Table Name Attributes Primary Key Foreign Keys
We revisit the NBA schema from homework 3.
Player (playerID: integer, name : varchar(50), position varchar(10), height : integer, weight : integer, team: varchar(30)) Each Player is assigned a unique playerID. The position of a player can either be Guard, Center or Forward. The height of a player is in inches while the weight is in pounds. Each player plays for only one team. The team field is a foreign key to Team.
Team (name: varchar(30’, city: varchar(20)) Each Team has a unique name associated with it. There can be multiple teams from the same city.
Game (gameID: integer, homeTeam: varchar(30), awayTeam : varchar(30), homeScore : integer, awayScore : integer) Each Game has a unique gameID. The fields homeTeam and awayTeam are foreign keys to Team. Two teams may play each other multiple times each season. There is a check constraint to ensure that homeTeam and awayTeam are different.
GameStats (plaverID : integer, gameID: integer, points : integer, assists : integer, rebounds : integer) GameStats records the performance statistics of a player within a game. If a player does not play in a particular game, they will not have any statistics recorded for that game. gameID is a foreign key to Games. playerID is a foreign key to Player. Assume that two assertions are in place. The first is to ensure that the player involved belongs to either the involving home or away teams, and the second is to ensure that the total score obtained by a team recorded (in Game) is consistent with the total sum (in GameStats) of individual players in the team playing in the game
Write the relational calculus for the following. Please output extra columns if that makes your query simpler to write.

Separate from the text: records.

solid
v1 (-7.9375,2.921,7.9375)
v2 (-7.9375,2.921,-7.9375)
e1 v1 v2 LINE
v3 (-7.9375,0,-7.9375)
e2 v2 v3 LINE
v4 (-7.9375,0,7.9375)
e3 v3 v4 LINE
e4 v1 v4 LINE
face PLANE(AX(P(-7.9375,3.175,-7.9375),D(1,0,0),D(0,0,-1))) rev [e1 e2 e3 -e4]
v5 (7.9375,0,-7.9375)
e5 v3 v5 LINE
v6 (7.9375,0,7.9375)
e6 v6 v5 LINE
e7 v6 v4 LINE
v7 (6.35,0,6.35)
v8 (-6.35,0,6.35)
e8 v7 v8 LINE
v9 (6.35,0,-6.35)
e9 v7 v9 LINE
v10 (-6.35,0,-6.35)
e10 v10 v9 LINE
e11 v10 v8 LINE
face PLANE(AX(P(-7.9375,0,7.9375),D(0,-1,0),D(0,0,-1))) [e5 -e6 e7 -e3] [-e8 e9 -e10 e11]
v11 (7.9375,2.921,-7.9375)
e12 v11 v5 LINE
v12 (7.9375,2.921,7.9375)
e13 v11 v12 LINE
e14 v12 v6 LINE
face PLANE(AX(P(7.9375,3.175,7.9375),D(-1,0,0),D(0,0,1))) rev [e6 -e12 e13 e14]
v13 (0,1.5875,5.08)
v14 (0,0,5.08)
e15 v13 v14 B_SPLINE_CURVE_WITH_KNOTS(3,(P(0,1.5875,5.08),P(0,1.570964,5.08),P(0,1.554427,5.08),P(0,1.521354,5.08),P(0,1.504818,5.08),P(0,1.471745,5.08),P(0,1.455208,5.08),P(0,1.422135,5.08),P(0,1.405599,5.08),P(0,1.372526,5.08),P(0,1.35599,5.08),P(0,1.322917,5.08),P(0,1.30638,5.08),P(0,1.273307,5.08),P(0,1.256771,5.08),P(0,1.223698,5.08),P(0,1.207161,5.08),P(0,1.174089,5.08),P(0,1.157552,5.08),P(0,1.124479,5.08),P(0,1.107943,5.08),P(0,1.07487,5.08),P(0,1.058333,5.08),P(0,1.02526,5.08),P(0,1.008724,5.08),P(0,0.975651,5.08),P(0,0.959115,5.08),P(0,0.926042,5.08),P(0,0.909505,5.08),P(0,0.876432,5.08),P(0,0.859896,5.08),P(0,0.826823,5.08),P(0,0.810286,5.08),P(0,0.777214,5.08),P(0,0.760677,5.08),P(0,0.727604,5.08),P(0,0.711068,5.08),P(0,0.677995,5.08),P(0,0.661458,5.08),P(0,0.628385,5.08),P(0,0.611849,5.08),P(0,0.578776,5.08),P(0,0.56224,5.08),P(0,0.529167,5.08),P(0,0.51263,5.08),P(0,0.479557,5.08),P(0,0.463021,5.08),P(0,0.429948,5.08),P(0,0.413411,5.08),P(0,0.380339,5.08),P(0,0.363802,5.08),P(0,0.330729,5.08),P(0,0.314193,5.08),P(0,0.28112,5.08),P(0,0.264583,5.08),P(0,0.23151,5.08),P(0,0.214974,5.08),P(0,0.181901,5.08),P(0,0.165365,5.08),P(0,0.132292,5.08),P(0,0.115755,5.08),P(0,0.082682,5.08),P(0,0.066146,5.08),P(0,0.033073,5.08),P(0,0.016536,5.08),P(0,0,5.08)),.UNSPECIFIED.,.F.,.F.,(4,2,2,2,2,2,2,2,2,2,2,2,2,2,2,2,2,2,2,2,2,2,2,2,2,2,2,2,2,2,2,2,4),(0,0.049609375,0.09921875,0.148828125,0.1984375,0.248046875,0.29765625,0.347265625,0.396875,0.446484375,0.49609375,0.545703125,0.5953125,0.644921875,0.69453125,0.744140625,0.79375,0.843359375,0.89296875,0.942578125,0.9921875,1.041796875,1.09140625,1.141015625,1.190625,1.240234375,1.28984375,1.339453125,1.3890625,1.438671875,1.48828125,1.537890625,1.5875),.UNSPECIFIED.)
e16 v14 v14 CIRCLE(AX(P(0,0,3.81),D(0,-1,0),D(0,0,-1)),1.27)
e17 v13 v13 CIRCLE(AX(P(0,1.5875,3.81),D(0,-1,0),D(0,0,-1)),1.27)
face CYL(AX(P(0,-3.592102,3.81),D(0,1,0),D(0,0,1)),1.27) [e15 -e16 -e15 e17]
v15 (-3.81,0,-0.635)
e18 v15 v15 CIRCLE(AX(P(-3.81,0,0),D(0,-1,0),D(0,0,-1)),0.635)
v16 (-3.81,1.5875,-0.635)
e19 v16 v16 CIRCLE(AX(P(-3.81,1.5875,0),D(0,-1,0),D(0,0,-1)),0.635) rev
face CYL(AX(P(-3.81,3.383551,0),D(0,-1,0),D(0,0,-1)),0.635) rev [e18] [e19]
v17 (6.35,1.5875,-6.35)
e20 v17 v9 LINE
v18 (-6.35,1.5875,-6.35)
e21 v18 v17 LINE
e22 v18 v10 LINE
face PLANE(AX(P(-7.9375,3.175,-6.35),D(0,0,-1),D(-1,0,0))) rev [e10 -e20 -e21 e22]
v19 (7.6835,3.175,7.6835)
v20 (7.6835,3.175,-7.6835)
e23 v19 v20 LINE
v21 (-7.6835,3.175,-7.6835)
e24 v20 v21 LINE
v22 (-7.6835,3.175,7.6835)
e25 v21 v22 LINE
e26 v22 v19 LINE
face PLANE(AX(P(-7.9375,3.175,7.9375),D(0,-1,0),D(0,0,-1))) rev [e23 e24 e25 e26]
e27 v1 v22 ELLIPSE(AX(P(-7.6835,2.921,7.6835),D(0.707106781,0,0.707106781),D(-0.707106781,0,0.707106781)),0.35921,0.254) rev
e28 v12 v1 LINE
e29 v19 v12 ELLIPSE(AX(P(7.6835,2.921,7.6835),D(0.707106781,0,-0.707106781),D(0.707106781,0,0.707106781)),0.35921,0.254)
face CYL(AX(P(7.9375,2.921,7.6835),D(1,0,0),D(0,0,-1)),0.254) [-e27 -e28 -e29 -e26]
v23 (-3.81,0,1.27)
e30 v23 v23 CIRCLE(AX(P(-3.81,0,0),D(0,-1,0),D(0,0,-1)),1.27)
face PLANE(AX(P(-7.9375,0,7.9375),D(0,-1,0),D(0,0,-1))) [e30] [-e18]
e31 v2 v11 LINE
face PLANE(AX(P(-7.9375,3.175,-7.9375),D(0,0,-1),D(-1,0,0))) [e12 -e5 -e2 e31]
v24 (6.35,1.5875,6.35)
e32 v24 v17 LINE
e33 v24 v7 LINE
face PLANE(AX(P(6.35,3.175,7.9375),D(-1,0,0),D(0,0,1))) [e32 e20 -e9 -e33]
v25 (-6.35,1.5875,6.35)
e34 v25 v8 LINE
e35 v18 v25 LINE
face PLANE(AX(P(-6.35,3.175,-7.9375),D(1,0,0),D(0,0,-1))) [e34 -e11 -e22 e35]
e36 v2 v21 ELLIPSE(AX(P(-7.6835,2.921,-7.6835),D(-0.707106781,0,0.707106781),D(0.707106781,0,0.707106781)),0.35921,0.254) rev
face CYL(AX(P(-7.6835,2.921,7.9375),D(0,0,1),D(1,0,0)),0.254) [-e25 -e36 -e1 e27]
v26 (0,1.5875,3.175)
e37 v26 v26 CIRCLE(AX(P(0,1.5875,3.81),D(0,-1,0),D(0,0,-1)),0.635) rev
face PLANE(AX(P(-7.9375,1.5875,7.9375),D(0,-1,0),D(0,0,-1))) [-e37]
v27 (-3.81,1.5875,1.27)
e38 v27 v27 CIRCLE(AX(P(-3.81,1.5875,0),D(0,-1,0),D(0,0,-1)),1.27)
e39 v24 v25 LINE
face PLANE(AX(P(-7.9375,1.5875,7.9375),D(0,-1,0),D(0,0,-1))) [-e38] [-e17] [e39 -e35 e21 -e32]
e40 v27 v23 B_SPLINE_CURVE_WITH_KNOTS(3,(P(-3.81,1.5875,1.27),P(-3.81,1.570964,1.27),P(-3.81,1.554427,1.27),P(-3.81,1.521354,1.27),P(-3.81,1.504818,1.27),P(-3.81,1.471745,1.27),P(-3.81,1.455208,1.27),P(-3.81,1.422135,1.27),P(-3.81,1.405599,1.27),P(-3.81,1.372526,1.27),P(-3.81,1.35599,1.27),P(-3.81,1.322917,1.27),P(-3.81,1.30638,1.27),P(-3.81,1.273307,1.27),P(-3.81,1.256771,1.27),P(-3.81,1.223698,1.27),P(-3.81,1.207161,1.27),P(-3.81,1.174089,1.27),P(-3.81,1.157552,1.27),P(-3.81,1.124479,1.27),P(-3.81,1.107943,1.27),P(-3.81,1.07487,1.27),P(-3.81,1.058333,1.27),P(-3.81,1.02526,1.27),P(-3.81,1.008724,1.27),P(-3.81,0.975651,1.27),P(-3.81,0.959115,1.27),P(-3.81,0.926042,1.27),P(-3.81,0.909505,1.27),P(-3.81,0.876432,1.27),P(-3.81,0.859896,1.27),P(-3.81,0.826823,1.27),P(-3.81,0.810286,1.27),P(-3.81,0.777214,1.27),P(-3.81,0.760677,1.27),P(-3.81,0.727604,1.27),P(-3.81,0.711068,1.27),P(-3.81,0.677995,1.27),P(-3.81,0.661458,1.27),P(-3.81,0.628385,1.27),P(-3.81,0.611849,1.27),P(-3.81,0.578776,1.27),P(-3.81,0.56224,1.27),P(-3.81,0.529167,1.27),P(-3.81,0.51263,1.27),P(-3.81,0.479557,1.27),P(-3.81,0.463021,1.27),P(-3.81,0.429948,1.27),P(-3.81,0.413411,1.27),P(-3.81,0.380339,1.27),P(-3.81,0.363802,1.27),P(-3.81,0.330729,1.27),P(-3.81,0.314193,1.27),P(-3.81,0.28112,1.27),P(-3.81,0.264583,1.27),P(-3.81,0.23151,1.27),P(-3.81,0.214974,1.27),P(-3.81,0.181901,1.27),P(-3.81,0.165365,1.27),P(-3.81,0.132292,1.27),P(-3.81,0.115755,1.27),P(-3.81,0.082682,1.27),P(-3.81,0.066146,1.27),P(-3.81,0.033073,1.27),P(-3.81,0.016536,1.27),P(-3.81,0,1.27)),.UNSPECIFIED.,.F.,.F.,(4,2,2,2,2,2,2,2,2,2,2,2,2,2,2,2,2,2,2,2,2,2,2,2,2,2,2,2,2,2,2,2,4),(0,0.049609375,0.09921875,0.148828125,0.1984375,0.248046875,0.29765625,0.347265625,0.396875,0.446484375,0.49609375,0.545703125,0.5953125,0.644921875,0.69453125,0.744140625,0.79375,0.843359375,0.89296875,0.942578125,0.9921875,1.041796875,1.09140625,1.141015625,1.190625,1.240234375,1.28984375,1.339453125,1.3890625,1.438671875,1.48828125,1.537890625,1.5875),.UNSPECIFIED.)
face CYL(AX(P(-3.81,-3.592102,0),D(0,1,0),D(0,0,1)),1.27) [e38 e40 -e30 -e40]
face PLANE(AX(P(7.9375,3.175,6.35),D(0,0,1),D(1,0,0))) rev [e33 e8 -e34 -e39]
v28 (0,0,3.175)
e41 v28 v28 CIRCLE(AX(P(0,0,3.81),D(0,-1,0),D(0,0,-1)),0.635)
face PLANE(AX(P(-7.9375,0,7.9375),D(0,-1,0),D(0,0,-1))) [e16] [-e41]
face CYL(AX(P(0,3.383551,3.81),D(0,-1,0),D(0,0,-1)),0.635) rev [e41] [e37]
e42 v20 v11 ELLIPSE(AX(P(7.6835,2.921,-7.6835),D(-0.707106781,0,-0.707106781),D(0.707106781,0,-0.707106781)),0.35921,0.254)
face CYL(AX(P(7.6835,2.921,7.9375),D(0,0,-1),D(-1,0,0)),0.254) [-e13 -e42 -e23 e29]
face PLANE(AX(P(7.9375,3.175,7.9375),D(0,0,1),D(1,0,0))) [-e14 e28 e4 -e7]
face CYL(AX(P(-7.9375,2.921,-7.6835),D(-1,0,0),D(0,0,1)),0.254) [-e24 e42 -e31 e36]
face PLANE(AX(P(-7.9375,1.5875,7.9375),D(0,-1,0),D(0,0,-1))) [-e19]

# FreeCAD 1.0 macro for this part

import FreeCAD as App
import Part
import Sketcher

V = App.Vector
Q = App.Units.Quantity


def edges_at(feature, points):
    """Names of the edges that pass closest to the given points."""
    edges = feature.Shape.Edges
    near = lambda p: min(range(len(edges)), key=lambda i: edges[i].distToShape(Part.Vertex(*p))[0])
    return sorted({f"Edge{near(p) + 1}" for p in points})


def faces_at(feature, points):
    """Names of the faces that lie closest to the given points."""
    faces = feature.Shape.Faces
    near = lambda p: min(range(len(faces)), key=lambda i: faces[i].distToShape(Part.Vertex(*p))[0])
    return sorted({f"Face{near(p) + 1}" for p in points})

doc = App.newDocument("Part")
body = doc.addObject("PartDesign::Body", "Body")

# Sketch on XZ plane
sketch1 = body.newObject("Sketcher::SketchObject", "Sketch")
sketch1.AttachmentSupport = (doc.getObject("XZ_Plane"), [""])
sketch1.MapMode = "FlatFace"
sketch1.addGeometry(Part.LineSegment(V(-7.9375, -7.9375, 0), V(-7.9375, 7.9375, 0)), False)
sketch1.addGeometry(Part.LineSegment(V(-7.9375, 7.9375, 0), V(7.9375, 7.9375, 0)), False)
sketch1.addGeometry(Part.LineSegment(V(7.9375, 7.9375, 0), V(7.9375, -7.9375, 0)), False)
sketch1.addGeometry(Part.LineSegment(V(7.9375, -7.9375, 0), V(-7.9375, -7.9375, 0)), False)
sketch1.addConstraint(Sketcher.Constraint("Coincident", 0, 2, 1, 1))
sketch1.addConstraint(Sketcher.Constraint("Coincident", 1, 2, 2, 1))
sketch1.addConstraint(Sketcher.Constraint("Coincident", 2, 2, 3, 1))
sketch1.addConstraint(Sketcher.Constraint("Coincident", 3, 2, 0, 1))
sketch1.addConstraint(Sketcher.Constraint("Vertical", 0))
sketch1.addConstraint(Sketcher.Constraint("Horizontal", 1))
sketch1.addConstraint(Sketcher.Constraint("Vertical", 2))
sketch1.addConstraint(Sketcher.Constraint("Horizontal", 3))
sketch1.addConstraint(Sketcher.Constraint("Symmetric", 0, 2, 2, 2, -1, 1))
sketch1.addConstraint(Sketcher.Constraint("Equal", 3, 0))
sketch1.addConstraint(Sketcher.Constraint("DistanceX", 1, 1, 1, 2, Q("0.625 in")))
pad1 = body.newObject("PartDesign::Pad", "Pad")
pad1.Profile = sketch1
pad1.Length = Q("0.125 in")
pad1.Reversed = True
doc.recompute()

thickness = body.newObject("PartDesign::Thickness", "Thickness")
thickness.Base = (pad1, faces_at(pad1, [(0, 0, 0)]))
thickness.Value = Q("0.0625 in")
thickness.Reversed = True
thickness.Join = "Intersection"

# Sketch on XZ plane
sketch2 = body.newObject("Sketcher::SketchObject", "Sketch001")
sketch2.AttachmentSupport = (doc.getObject("XZ_Plane"), [""])
sketch2.MapMode = "FlatFace"
sketch2.AttachmentOffset = App.Placement(V(0, 0, -0.0625 * 25.4), App.Rotation())
sketch2.addGeometry(Part.Circle(V(-3.81, 0, 0), V(0, 0, 1), 1.27), False)
sketch2.addGeometry(Part.Circle(V(0, 3.81, 0), V(0, 0, 1), 1.27), False)
sketch2.addConstraint(Sketcher.Constraint("Equal", 0, 1))
sketch2.addConstraint(Sketcher.Constraint("PointOnObject", 0, 3, -1))
sketch2.addConstraint(Sketcher.Constraint("PointOnObject", 1, 3, -2))
sketch2.addConstraint(Sketcher.Constraint("Diameter", 0, Q("0.1 in")))
sketch2.addConstraint(Sketcher.Constraint("DistanceX", 0, 3, -1, 1, Q("0.15 in")))
sketch2.addConstraint(Sketcher.Constraint("DistanceY", -1, 1, 1, 3, Q("0.15 in")))
pad2 = body.newObject("PartDesign::Pad", "Pad001")
pad2.Profile = sketch2
pad2.Length = Q("0.0625 in")

# Sketch on XZ plane
sketch3 = body.newObject("Sketcher::SketchObject", "Sketch002")
sketch3.AttachmentSupport = (doc.getObject("XZ_Plane"), [""])
sketch3.MapMode = "FlatFace"
sketch3.AttachmentOffset = App.Placement(V(0, 0, -0.0625 * 25.4), App.Rotation())
sketch3.addGeometry(Part.Circle(V(0, 3.81, 0), V(0, 0, 1), 0.635), False)
sketch3.addGeometry(Part.Circle(V(-3.81, 0, 0), V(0, 0, 1), 0.635), False)
sketch3.addConstraint(Sketcher.Constraint("Equal", 0, 1))
sketch3.addConstraint(Sketcher.Constraint("PointOnObject", 0, 3, -2))
sketch3.addConstraint(Sketcher.Constraint("PointOnObject", 1, 3, -1))
sketch3.addConstraint(Sketcher.Constraint("Diameter", 0, Q("0.05 in")))
sketch3.addConstraint(Sketcher.Constraint("DistanceY", -1, 1, 0, 3, Q("0.15 in")))
sketch3.addConstraint(Sketcher.Constraint("DistanceX", 1, 3, -1, 1, Q("0.15 in")))
pocket1 = body.newObject("PartDesign::Pocket", "Pocket")
pocket1.Profile = sketch3
pocket1.Length = Q("0.0625 in")
pocket1.Reversed = True
doc.recompute()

a) (6 points) Find the tallest player(s) from each team.
b) (7 points) List the players who played in all away games for their team.
Write the relational algebra for the following. Be sure to get exactly the output columns requested. Feel free to use compound relational algebra operators, such as division.
c) (6 points) List each player’s playerID, and the gameIDs where they earned “triple doubles”. (A “triple double” is a game in which the player’s number of assists, rebounds, and points are all at least in the double-digit range or higher).
d) (6 points) List all names of Chicago Bulls players who have played in all Bulls games.